El cruce por la responsabilidad de la inflación
La disputa dialéctica entre el Palacio de Hacienda y los territorios bonaerenses sumó un capítulo de alta tensión tras las fuertes críticas de Mayra Mendoza hacia el titular de Economía. Efectivamente, la reacción de la jefa comunal surgió luego de que el funcionario nacional responsabilizara a los municipios peronistas por los valores en las góndolas. En consecuencia, Mendoza utilizó sus plataformas digitales para desmentir que las tasas locales sean el motor principal del encarecimiento de la canasta básica.
Por el contrario, la mandataria quilmeña señaló que el escenario económico actual se caracteriza por fábricas inactivas y un endeudamiento familiar asfixiante para cubrir necesidades alimentarias básicas. Por lo tanto, consideró que el ministro prefiere el camino de la confrontación en lugar de abordar las causas estructurales de la crisis. Debido a esta situación, la dirigente de Unión por la Patria exigió un cambio de prioridades en la gestión de los recursos nacionales.
Deuda millonaria y fuertes críticas de Mayra Mendoza
En este sentido, la intendenta aprovechó la oportunidad para sacar a la luz cifras que complican la relación financiera entre las jurisdicciones. Concretamente, denunció que la administración central mantiene una deuda superior a los 14 billones de pesos con el territorio bonaerense. Por consiguiente, Mendoza afirmó que este incumplimiento impacta directamente en áreas sensibles como la obra pública y el despliegue de seguridad en las ciudades.
A su vez, la jefa comunal cuestionó la falta de presencia del Ejecutivo nacional en los territorios más castigados por las medidas económicas. En consecuencia, acusó al equipo de Javier Milei de gobernar para sectores financieros mientras se descuida la supervivencia diaria de la población trabajadora. Por esta razón, insistió en que el ataque a los intendentes busca ocultar el daño social que genera la política oficial.

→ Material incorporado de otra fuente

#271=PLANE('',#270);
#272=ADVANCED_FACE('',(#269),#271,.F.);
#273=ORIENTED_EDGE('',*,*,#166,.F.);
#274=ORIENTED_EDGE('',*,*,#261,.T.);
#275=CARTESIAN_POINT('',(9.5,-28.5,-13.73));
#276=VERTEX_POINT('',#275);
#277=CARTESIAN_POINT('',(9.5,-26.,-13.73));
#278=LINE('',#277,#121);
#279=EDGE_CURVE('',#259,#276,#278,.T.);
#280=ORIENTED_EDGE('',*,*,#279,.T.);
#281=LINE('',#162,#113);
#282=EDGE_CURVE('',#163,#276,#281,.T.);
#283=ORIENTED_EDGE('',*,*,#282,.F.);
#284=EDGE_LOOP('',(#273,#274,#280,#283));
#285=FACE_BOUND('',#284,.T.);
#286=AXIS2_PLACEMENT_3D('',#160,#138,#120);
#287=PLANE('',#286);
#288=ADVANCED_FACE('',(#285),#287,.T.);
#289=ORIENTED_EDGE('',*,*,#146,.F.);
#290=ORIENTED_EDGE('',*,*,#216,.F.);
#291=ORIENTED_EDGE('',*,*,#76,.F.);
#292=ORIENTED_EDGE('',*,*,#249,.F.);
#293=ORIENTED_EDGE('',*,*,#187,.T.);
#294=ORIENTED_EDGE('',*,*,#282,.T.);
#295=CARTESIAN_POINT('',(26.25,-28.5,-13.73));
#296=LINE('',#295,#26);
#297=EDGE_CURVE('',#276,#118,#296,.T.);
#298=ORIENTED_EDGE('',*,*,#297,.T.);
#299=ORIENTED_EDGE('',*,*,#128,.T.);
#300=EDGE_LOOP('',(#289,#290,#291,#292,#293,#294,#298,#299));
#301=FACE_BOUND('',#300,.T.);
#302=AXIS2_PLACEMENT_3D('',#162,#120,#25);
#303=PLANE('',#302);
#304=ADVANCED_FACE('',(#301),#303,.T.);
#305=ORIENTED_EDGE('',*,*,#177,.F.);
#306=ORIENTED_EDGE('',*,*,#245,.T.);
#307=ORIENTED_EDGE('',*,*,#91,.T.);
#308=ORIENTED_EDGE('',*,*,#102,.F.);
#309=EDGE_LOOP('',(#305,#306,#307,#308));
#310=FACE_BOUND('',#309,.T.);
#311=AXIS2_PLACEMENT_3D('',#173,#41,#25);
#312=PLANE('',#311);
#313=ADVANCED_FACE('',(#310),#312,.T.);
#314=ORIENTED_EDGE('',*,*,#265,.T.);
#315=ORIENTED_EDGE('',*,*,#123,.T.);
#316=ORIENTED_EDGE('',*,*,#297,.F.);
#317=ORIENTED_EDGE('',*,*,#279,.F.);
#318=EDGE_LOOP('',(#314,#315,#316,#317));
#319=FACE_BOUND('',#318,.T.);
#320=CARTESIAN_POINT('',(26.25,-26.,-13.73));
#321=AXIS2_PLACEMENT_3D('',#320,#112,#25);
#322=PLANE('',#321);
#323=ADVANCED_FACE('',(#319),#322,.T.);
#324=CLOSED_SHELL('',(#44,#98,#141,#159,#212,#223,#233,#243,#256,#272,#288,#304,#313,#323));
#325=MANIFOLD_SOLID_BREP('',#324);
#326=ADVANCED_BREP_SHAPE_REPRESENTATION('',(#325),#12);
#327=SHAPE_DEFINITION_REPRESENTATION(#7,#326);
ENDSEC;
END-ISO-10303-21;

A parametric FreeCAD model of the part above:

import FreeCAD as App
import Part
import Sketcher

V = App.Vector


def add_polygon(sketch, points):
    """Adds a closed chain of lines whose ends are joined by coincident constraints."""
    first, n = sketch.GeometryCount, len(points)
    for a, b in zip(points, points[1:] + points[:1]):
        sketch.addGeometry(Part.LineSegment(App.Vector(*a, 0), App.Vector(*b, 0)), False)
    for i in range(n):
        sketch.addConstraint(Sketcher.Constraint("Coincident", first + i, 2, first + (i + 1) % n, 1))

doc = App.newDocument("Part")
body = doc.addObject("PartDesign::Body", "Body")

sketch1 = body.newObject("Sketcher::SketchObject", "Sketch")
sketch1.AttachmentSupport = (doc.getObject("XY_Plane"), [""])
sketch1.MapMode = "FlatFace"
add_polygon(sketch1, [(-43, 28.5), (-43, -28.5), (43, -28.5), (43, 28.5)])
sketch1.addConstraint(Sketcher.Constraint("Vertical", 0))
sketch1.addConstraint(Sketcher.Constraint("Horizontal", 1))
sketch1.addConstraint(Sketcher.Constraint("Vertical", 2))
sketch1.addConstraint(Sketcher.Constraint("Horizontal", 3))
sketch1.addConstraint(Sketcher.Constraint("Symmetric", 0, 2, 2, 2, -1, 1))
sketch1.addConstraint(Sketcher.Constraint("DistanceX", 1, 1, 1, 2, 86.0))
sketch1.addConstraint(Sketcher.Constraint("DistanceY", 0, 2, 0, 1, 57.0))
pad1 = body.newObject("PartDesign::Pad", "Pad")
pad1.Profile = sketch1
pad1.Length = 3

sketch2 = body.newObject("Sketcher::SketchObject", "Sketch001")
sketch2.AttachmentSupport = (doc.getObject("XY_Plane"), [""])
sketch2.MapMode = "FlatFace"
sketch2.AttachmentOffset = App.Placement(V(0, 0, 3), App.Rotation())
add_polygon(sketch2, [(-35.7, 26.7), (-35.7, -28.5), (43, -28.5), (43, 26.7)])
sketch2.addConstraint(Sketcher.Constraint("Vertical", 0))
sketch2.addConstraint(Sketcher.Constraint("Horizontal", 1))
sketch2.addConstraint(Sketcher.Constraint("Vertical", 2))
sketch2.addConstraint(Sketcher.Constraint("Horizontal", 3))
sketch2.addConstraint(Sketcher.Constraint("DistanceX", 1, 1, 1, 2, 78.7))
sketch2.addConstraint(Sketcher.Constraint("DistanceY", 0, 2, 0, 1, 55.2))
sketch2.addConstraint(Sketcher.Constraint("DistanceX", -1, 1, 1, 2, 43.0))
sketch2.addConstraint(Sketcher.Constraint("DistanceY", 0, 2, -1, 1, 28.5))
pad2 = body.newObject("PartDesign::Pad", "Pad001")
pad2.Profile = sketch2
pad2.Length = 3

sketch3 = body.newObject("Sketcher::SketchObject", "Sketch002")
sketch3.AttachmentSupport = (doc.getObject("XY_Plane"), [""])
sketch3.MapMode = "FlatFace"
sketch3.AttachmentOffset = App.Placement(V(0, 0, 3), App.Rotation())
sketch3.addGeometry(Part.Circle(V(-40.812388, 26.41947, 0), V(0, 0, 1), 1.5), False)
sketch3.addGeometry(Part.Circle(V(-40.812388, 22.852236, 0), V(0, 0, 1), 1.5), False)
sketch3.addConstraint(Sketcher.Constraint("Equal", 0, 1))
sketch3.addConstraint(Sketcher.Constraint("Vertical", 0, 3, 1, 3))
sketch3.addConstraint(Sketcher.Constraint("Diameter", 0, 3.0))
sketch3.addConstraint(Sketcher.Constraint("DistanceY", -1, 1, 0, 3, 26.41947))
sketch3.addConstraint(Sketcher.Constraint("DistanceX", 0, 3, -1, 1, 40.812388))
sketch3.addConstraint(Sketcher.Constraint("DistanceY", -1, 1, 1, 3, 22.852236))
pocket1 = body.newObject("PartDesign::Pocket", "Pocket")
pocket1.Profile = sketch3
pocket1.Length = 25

El reclamo por la gestión territorial
Por otra parte, la dirigente desafió al ministro Caputo a abandonar la comodidad de los despachos oficiales para conocer la realidad productiva del país. Ciertamente, lo instó a recorrer pequeñas empresas, hospitales y establecimientos educativos donde la escasez se siente de manera directa. De esta manera, Mendoza contrapuso la lógica de las «mesas de dinero» con las necesidades de quienes sostienen la economía real en los barrios.
Finalmente, la diputada provincial en uso de licencia advirtió que si el Gobierno no ofrece contraprestaciones por los impuestos recaudados, debería replantearse su propia política fiscal. En conclusión, el intercambio ratifica la profunda fractura entre el modelo de ajuste nacional y los reclamos de contención que plantean los municipios del conurbano. No obstante, la polémica por los precios promete continuar mientras la inflación siga golpeando los bolsillos de los consumidores argentinos.